Marilyn Monroe tem a sua morte investigada no longa-metragem de Emma Cooper

Não é preciso muito para constatar, logo de cara, o artificialismo em torno de “O Mistério de Marilyn Monroe: Gravações Inéditas”, documentário produzido para a Netflix, com direção de Emma Cooper. A base para o filme são as gravações obtidas pelo escritor Anthony Summers, autor do livro “Goddess” (em tradução literal: “Deusa”), que nunca vieram a público em sua integridade.

Sabe-se lá porquê, decorridas três décadas ou mais, ele resolveu disponibilizar o conteúdo de cerca de 650 rolos de entrevistas, e que trazem pouca novidade.

Anthony Summers é quem conduz a trama, o que acaba depondo irreversivelmente contra ela. Ele se comporta como personagem, com frases feitas e clichês difíceis de engolir, além de repetições de lugares-comuns que se cristalizaram acerca de Marilyn (que, afinal, deveria ser a grande estrela do longa-metragem), como o fato de ela ser obcecada por “homens poderosos”.

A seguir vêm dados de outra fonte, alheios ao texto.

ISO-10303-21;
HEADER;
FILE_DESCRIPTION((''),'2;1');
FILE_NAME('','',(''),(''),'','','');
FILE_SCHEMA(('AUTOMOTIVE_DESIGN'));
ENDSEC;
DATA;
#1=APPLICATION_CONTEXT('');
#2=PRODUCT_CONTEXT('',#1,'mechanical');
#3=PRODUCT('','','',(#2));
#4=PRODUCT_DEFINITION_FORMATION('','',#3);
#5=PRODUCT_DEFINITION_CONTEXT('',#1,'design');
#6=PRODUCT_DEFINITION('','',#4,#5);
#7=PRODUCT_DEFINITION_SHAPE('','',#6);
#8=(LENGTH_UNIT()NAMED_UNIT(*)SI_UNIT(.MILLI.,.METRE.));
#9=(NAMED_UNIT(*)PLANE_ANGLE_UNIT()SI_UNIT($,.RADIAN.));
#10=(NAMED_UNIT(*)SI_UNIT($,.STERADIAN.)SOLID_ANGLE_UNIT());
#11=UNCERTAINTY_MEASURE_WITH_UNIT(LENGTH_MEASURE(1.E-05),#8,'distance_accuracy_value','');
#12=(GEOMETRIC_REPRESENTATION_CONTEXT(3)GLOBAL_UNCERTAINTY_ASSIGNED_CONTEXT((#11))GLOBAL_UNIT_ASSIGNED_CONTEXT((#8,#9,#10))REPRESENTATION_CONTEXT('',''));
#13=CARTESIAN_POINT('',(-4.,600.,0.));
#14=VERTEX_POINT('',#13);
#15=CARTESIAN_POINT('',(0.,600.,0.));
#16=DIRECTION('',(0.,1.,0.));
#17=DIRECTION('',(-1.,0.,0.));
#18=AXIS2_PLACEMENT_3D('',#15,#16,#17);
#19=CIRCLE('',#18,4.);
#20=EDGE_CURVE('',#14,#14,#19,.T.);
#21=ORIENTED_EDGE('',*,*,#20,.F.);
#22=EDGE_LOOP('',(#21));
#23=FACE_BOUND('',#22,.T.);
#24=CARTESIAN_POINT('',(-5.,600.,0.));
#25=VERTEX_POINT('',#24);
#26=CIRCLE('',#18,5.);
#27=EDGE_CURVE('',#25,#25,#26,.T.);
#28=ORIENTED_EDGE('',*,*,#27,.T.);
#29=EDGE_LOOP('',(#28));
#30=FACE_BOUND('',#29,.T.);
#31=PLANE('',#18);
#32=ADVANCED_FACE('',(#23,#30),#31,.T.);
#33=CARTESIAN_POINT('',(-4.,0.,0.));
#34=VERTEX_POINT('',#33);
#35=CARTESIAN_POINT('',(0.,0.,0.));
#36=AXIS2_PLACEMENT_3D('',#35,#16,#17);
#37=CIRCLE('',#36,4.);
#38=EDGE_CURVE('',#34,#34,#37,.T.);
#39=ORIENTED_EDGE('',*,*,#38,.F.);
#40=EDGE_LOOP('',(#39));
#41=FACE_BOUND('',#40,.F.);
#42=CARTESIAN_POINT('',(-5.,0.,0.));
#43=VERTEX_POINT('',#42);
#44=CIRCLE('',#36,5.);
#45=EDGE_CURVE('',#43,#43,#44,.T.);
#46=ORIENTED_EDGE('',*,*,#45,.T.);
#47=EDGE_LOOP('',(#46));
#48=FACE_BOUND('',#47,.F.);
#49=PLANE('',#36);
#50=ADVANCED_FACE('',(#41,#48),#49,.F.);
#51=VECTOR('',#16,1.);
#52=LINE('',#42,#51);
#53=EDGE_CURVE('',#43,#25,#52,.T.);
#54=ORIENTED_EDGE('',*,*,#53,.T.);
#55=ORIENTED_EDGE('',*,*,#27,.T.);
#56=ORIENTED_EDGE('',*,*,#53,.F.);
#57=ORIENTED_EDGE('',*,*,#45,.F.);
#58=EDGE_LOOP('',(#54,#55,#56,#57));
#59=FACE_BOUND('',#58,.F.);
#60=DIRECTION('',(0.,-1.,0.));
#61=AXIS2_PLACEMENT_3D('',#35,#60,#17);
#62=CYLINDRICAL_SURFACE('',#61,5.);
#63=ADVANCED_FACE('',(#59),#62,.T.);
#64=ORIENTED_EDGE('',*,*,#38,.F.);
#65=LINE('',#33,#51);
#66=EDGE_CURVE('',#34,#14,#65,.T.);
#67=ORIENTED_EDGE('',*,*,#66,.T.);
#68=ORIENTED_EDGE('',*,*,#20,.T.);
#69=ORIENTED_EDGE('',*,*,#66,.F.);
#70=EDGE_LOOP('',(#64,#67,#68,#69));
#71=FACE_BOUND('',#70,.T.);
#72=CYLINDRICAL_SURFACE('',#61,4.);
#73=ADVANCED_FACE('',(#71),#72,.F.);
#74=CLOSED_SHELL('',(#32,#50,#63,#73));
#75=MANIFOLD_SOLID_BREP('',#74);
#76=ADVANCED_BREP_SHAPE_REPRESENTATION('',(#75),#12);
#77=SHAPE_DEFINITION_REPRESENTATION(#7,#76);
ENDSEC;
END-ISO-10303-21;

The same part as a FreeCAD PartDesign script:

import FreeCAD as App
import Part
import Sketcher
from FreeCAD import Vector
Q = App.Units.Quantity

doc = App.newDocument("Part")
body = doc.addObject("PartDesign::Body", "Body")

sketch1 = body.newObject("Sketcher::SketchObject", "Sketch")
sketch1.AttachmentSupport = (doc.getObject("XZ_Plane"), [""])
sketch1.MapMode = "FlatFace"
sketch1.addGeometry([
    Part.Circle(Vector(0, 0, 0), Vector(0, 0, 1), 5),
    Part.Circle(Vector(0, 0, 0), Vector(0, 0, 1), 4),
], False)
sketch1.addConstraint([
    Sketcher.Constraint("Coincident", 0, 3, -1, 1),
    Sketcher.Constraint("Coincident", 1, 3, -1, 1),
    Sketcher.Constraint("Diameter", 0, Q("10 mm")),
    Sketcher.Constraint("Diameter", 1, Q("8 mm")),
])
pad1 = body.newObject("PartDesign::Pad", "Pad")
pad1.Profile = sketch1
pad1.Length = 600
pad1.Reversed = True

doc.recompute()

Um ramerrão sem fim. O pior é que Summers requer para si a mais pura autenticidade, em sua busca detetivesca pela pretensa verdade, palavra gasta. Para completar, as tais gravações inéditas, que seriam o grande trunfo anunciado pelo título do filme, jamais chegam ao conhecimento do espectador.

Explico: elas são dubladas e literalmente encenadas por atores profissionais, o que aniquila o que restava de esperança de escapar ao artificialismo que invade a tela durante uma hora e quarenta de projeção.

Prevalece a qualidade técnica do conteúdo, em detrimento de sua “verdade” (que o filme supõe procurar), pois, ainda que ela tivesse ruídos, fosse pouco compreensível e necessitasse de legendas, geraria alguma aproximação com aquelas pessoas.

O fato de envolver figurões da política e de Hollywood apenas aumenta essa sensação de distanciamento. Seria muito mais interessante ouvir a voz de Billy Wilder, Arthur Miller, Jane Russell, John Huston, dentre outros, do que a de atores que simplesmente os mimetizam, na busca de um realismo irreal.

Entre idas e vindas, voltas ao redor do tempo, o enredo esmiúça as teorias sobre a traumática morte de Marilyn, no esplendor da beleza e da juventude, com apenas 36 anos, mas já em decadência em termos de sucesso de bilheteria. A máquina de moer gente da indústria do cinema fazia, ali, a sua principal vítima.

A comoção com a perda do maior símbolo sexual da América rapidamente cederia espaço para teorias diversas, algumas tidas como conspiratórias: teria Marilyn sido assassinada? Prevaleceram, oficialmente, as teses de morte acidental por overdose de remédios para dormir ou suicídio. De toda forma, ela mesma teria tido a própria vida, intencionalmente ou não.

O relacionamento amoroso com os irmãos Kennedy, então presidente e procurador do Estado, ao mesmo tempo em que o mundo se debatia com ameaças de guerra nuclear, teria colocado a estrela no centro desta disputa entre comunistas e capitalistas.

Ao ganhar tintas tórridas, com reações intempestivas, o ménage-à-trois passou a preocupar autoridades. O que aconteceu na noite em que Marilyn perdeu a vida? As versões parecem inconclusivas e, muitas vezes, se contradizem.

Ao remontar esse quebra-cabeça, o filme de Emma Stone recicla uma história conhecida, com uma ou outra peça não exatamente nova, mas mudada de lugar. Serve para colocar em destaque, novamente, o legado de Marylin Monroe, não à sua altura. Em toda aquela falsidade construída, quando ela aparece na cena suscita algo de verdadeiro. E nos devolve o seu magnetismo.